(6b) Homogeneous Megamolecules for Targeting Heterogeneity in Breast Cancer | AIChE

(6b) Homogeneous Megamolecules for Targeting Heterogeneity in Breast Cancer


Metcalf, K. - Presenter, University of California, San Francisco
Kimmel, B., Northwestern University
Sykora, D., Northwestern University
Modica, J., Northwestern University
Parker, K., Northwestern University
Berens, E., University of California, San Francisco
Dai, R., University of California, San Francisco
Dravid, V. P., Northwestern University
Werb, Z., Northwestern University
Mrksich, M., Northwestern University
Tumors are composed of a collection of genetically and phenotypically distinct cancer cells. For example, expression of cancer cell surface markers, such as HER2, are heterogeneously expressed, making targeted therapies ineffective at completely eradicating all cancer cells. To improve therapeutic activity in heterogeneous tumors, we have developed nanobody-enzyme megamolecules to deliver chemotherapeutics to the tumor microenvironment. Megamolecules are proteins with site-specific crosslinking that enable homogeneous protein-protein conjugates with precise covalent bonding. We synthesized nanobody-enzyme megamolecules and showed specific binding of the anti-HER2 nanobody domain to HER2+, but not HER2-, cancer cells. Nanobody binding delivered the enzyme yeast cytosine deaminase, which elicited a cytotoxic effect by activating the non-toxic prodrug 5-fluorocytosine to the cytotoxic 5-fluorouracil. We varied the number of domains of nanobody and enzyme in the conjugate independently and measured their effect on cancer cell viability in both adherent and spheroid culture. Increasing the number of enzyme domains from one to two increased drug activation by allowing for intramolecular dimerization of the enzyme. The increased enzyme activity resulted in a 4- and 40- fold decrease in cytotoxicity in adherent and spheroid culture, respectively.
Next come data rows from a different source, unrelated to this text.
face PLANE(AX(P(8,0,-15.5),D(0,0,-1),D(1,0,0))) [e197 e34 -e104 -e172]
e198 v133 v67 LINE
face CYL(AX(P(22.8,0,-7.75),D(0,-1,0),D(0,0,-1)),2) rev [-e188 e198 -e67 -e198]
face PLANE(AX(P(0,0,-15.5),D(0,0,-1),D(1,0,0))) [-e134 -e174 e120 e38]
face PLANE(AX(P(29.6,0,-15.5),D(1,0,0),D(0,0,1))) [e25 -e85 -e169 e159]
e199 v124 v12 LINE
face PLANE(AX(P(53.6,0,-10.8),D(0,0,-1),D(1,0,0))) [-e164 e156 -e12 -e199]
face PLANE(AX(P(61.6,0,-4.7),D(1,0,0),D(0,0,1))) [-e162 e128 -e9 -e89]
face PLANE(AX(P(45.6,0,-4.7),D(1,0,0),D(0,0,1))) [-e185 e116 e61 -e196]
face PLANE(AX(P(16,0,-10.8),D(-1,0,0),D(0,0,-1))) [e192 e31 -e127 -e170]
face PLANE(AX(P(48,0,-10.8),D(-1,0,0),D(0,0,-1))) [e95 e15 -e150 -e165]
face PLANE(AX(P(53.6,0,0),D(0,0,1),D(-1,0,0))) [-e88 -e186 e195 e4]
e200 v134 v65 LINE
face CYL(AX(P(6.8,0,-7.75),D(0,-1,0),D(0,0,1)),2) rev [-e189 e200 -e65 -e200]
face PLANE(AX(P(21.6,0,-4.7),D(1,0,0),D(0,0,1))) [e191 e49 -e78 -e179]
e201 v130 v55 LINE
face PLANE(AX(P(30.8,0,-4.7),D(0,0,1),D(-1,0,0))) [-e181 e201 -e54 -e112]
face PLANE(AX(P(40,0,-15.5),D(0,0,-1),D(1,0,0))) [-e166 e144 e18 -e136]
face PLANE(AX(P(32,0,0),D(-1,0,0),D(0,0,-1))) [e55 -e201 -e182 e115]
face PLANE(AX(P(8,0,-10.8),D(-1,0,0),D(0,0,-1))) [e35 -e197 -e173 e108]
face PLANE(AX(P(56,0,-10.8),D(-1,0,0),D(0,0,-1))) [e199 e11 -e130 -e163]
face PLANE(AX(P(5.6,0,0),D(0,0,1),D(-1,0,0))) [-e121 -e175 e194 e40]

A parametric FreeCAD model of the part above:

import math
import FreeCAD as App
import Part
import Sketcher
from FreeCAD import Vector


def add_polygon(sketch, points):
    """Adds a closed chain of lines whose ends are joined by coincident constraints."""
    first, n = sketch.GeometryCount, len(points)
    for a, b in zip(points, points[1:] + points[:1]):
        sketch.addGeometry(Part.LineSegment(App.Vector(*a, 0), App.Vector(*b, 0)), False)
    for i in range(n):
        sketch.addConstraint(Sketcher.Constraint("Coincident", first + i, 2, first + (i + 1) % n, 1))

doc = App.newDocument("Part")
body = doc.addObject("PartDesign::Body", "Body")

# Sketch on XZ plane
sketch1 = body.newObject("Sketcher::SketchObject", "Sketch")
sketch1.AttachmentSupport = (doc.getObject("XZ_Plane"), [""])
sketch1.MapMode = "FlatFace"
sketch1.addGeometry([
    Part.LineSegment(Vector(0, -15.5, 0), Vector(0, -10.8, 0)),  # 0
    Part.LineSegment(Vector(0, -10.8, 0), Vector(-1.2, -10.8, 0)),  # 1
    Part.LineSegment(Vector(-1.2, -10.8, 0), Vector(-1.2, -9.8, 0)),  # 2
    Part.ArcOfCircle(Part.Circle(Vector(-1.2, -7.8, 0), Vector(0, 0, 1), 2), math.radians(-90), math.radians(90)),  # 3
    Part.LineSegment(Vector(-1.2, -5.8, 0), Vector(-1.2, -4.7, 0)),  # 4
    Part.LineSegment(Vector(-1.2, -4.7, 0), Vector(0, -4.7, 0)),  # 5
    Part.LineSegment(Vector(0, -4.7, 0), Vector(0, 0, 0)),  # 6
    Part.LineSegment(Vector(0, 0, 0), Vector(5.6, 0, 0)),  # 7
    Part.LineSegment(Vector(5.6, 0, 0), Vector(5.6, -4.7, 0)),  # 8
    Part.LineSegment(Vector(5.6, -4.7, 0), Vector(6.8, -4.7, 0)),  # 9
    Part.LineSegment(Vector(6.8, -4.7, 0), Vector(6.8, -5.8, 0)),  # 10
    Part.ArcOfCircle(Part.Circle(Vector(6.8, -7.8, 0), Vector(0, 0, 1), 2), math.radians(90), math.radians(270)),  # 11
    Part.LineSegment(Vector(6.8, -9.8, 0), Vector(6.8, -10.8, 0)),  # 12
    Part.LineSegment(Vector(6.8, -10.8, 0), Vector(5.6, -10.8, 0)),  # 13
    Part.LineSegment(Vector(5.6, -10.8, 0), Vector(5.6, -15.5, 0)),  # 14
Increasing the number of nanobody domains from one to two increased cancer cell affinity by 4-fold, but did not increase cytotoxicity significantly due to lowered enzyme activity. The most potent nanobody-enzyme megamolecule was cytotoxic to HER2- cells when greater than 30% HER2+ cells where present in an adherent co-culture, eliciting a bystander killing effect. This study determines design rules for constructing nanobody-enzyme conjugates for cancer therapy.